Apareció Juan Carlos Ferrero, el técnico del murciano, para el día más importante. Iba a ser necesario todo. Se vio de inicio, cuando el serbio llevó de lado a lado al aspirante a campeón de 21 años, al que no le entraban los primeros servicios (54% en la manga). Con 2-1 favorable al serbio, este dispuso de tres oportunidades de break que neutralizó Carlitos. Y elevó su nivel, para alcanzar los dos un estado sublime, casi perfecto. Hasta ocho bolas de rotura (cinco en el octavo juego, en el que el lobo aulló cuando logró salvarlas) llegó a tener el español, pero el campeón de 24 grandes estaba hiperconectado. Se procuró incluso una bola de set con 5-6 que neutralizó Alcaraz para llegar a un tie-break en el que, sin embargo, no tuvo opciones. Había trascurrido ya una hora y 34 minutos de partido y Nole alzaba el puño desafiante mientras el público se entregaba. Una bella agonía.

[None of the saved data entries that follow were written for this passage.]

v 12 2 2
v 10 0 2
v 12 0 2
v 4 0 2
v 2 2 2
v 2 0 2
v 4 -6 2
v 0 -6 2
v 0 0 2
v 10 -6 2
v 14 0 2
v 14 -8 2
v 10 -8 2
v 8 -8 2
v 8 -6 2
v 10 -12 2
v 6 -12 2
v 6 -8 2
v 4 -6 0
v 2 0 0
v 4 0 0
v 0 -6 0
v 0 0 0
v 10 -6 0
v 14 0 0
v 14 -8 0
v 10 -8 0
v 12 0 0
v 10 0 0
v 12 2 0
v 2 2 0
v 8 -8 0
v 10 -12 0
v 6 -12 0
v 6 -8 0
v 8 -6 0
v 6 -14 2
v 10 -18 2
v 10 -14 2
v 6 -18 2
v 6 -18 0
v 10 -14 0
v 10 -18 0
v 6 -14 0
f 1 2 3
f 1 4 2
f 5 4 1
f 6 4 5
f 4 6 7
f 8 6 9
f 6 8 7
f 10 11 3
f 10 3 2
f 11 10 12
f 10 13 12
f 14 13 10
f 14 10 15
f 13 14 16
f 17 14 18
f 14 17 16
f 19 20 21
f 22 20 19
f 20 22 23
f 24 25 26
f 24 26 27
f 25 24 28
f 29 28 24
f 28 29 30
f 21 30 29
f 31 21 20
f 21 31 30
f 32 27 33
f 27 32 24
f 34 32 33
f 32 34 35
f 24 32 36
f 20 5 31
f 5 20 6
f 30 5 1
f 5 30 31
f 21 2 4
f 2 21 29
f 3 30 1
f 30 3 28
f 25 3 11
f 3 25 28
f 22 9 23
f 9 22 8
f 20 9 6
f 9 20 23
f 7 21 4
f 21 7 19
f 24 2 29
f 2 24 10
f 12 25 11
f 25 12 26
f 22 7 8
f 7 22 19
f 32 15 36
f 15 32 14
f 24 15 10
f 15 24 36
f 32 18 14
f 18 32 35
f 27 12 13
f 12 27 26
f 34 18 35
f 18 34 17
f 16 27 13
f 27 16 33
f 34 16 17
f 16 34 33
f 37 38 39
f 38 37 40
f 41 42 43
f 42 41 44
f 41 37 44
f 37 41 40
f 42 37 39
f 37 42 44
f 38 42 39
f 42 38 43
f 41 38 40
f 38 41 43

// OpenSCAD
union() {
	translate(v = [0, 0, 0]) {
		translate(v = [2, 0, 0]) {
			color(alpha = 1.0, c = "white") {
				cube(size = 2);
			}
		}
	}
	translate(v = [0, 0, 0]) {
		translate(v = [4, 0, 0]) {
			color(alpha = 1.0, c = "white") {
				cube(size = 2);
			}
		}
	}
	translate(v = [0, 0, 0]) {
		translate(v = [6, 0, 0]) {
			color(alpha = 1.0, c = "white") {
				cube(size = 2);
			}
		}
	}
	translate(v = [0, 0, 0]) {
		translate(v = [8, 0, 0]) {
			color(alpha = 1.0, c = "white") {
				cube(size = 2);
			}
		}
	}
	translate(v = [0, 0, 0]) {
		translate(v = [10, 0, 0]) {
			color(alpha = 1.0, c = "white") {
				cube(size = 2);
			}
		}
	}
	translate(v = [0, -2, 0]) {
		translate(v = [0, 0, 0]) {
			color(alpha = 1.0, c = "white") {
				cube(size = 2);
			}
		}
	}
	translate(v = [0, -2, 0]) {
		translate(v = [2, 0, 0]) {
			color(alpha = 1.0, c = "white") {
				cube(size = 2);
			}
		}
	}
	translate(v = [0, -2, 0]) {
		translate(v = [10, 0, 0]) {
			color(alpha = 1.0, c = "white") {
				cube(size = 2);
			}
		}
	}
	translate(v = [0, -2, 0]) {
		translate(v = [12, 0, 0]) {
			color(alpha = 1.0, c = "white") {
				cube(size = 2);
			}
		}
	}
	translate(v = [0, -4, 0]) {
		translate(v = [0, 0, 0]) {
			color(alpha = 1.0, c = "white") {
				cube(size = 2);
			}
		}
	}
	translate(v = [0, -4, 0]) {
		translate(v = [2, 0, 0]) {
			color(alpha = 1.0, c = "white") {
				cube(size = 2);
			}
		}
	}
	translate(v = [0, -4, 0]) {
		translate(v = [10, 0, 0]) {
			color(alpha = 1.0, c = "white") {
				cube(size = 2);
			}
		}
	}
	translate(v = [0, -4, 0]) {
		translate(v = [12, 0, 0]) {
			color(alpha = 1.0, c = "white") {
				cube(size = 2);
			}
		}
	}
	translate(v = [0, -6, 0]) {
		translate(v = [0, 0, 0]) {
			color(alpha = 1.0, c = "white") {
				cube(size = 2);
			}
		}
	}
	translate(v = [0, -6, 0]) {
		translate(v = [2, 0, 0]) {
			color(alpha = 1.0, c = "white") {
				cube(size = 2);
			}
		}
	}
	translate(v = [0, -6, 0]) {
		translate(v = [10, 0, 0]) {
			color(alpha = 1.0, c = "white") {
				cube(size = 2);
			}
		}
	}
	translate(v = [0, -6, 0]) {
		translate(v = [12, 0, 0]) {
			color(alpha = 1.0, c = "white") {
				cube(size = 2);
			}
		}
	}
	translate(v = [0, -8, 0]) {
		translate(v = [8, 0, 0]) {
			color(alpha = 1.0, c = "white") {
				cube(size = 2);
			}
		}
	}
	translate(v = [0, -8, 0]) {
		translate(v = [10, 0, 0]) {
			color(alpha = 1.0, c = "white") {
				cube(size = 2);
			}
		}
	}
	translate(v = [0, -8, 0]) {
		translate(v = [12, 0, 0]) {
			color(alpha = 1.0, c = "white") {
				cube(size = 2);
			}
		}
	}
	translate(v = [0, -10, 0]) {
		translate(v = [6, 0, 0]) {
			color(alpha = 1.0, c = "white") {
				cube(size = 2);
			}
		}
	}
	translate(v = [0, -10, 0]) {
		translate(v = [8, 0, 0]) {
			color(alpha = 1.0, c = "white") {
				cube(size = 2);
			}
		}
	}
	translate(v = [0, -12, 0]) {
		translate(v = [6, 0, 0]) {
			color(alpha = 1.0, c = "white") {
				cube(size = 2);
			}
		}
	}
	translate(v = [0, -12, 0]) {
		translate(v = [8, 0, 0]) {
			color(alpha = 1.0, c = "white") {
				cube(size = 2);
			}
		}
	}
	translate(v = [0, -16, 0]) {
		translate(v = [6, 0, 0]) {
			color(alpha = 1.0, c = "white") {
				cube(size = 2);
			}
		}
	}
	translate(v = [0, -16, 0]) {
		translate(v = [8, 0, 0]) {
			color(alpha = 1.0, c = "white") {
				cube(size = 2);
			}
		}
	}
	translate(v = [0, -18, 0]) {
		translate(v = [6, 0, 0]) {
			color(alpha = 1.0, c = "white") {
				cube(size = 2);
			}
		}
	}
	translate(v = [0, -18, 0]) {
		translate(v = [8, 0, 0]) {
			color(alpha = 1.0, c = "white") {
				cube(size = 2);
			}
		}
	}
}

Era un partido que parecía un combate de boxeo, entre “¡Vamos!” e “¡Idemo!” en un estado de locura y estupefacción colectiva. Un Ali-Frazier jugado al límite de lo humano porque era la primera final para Djokovic en cinco intentonas olímpicas. A la vez pegadores y estilistas. Demasiado dolor acumulado dentro tenía el serbio y pretendía sacárselo frente a Alcaraz, que venía de ganarle en la final de Wimbledon y con quien registraba un 3-3 en el cara a cara. Para Djokovic era un ‘ahora o nunca’. Para Alcaraz, la oportunidad de hundir a su rival más peligroso ahora mismo y meterle en un punto de no retorno.
Cualquier bajón podía ser el fin. Y Alcaraz lo sintió al principio del segundo set, cuando con 1-1, una doble falta y una derecha fuera dio una oportunidad de rotura al serbio. Estaba desconectado. Pero conectó enseguida para escapar. Salvó momentos peligrosos, se llevó la mano a la oreja reclamando su sitio. El público español entonó el ‘¡Sí se puede!’, pero con este Djokovic era imposible. En el tie-break surgió su mejor versión, la sideral, no la del Djokovic de los últimos tiempos. Sin ningún título este año pero con el ansia infinita de un supercampeón que parecía haberse reservado solo para esto. Para entrar en la historia. Y los dos acabaron llorando. Por el oro más brillante y la plata de más quilates.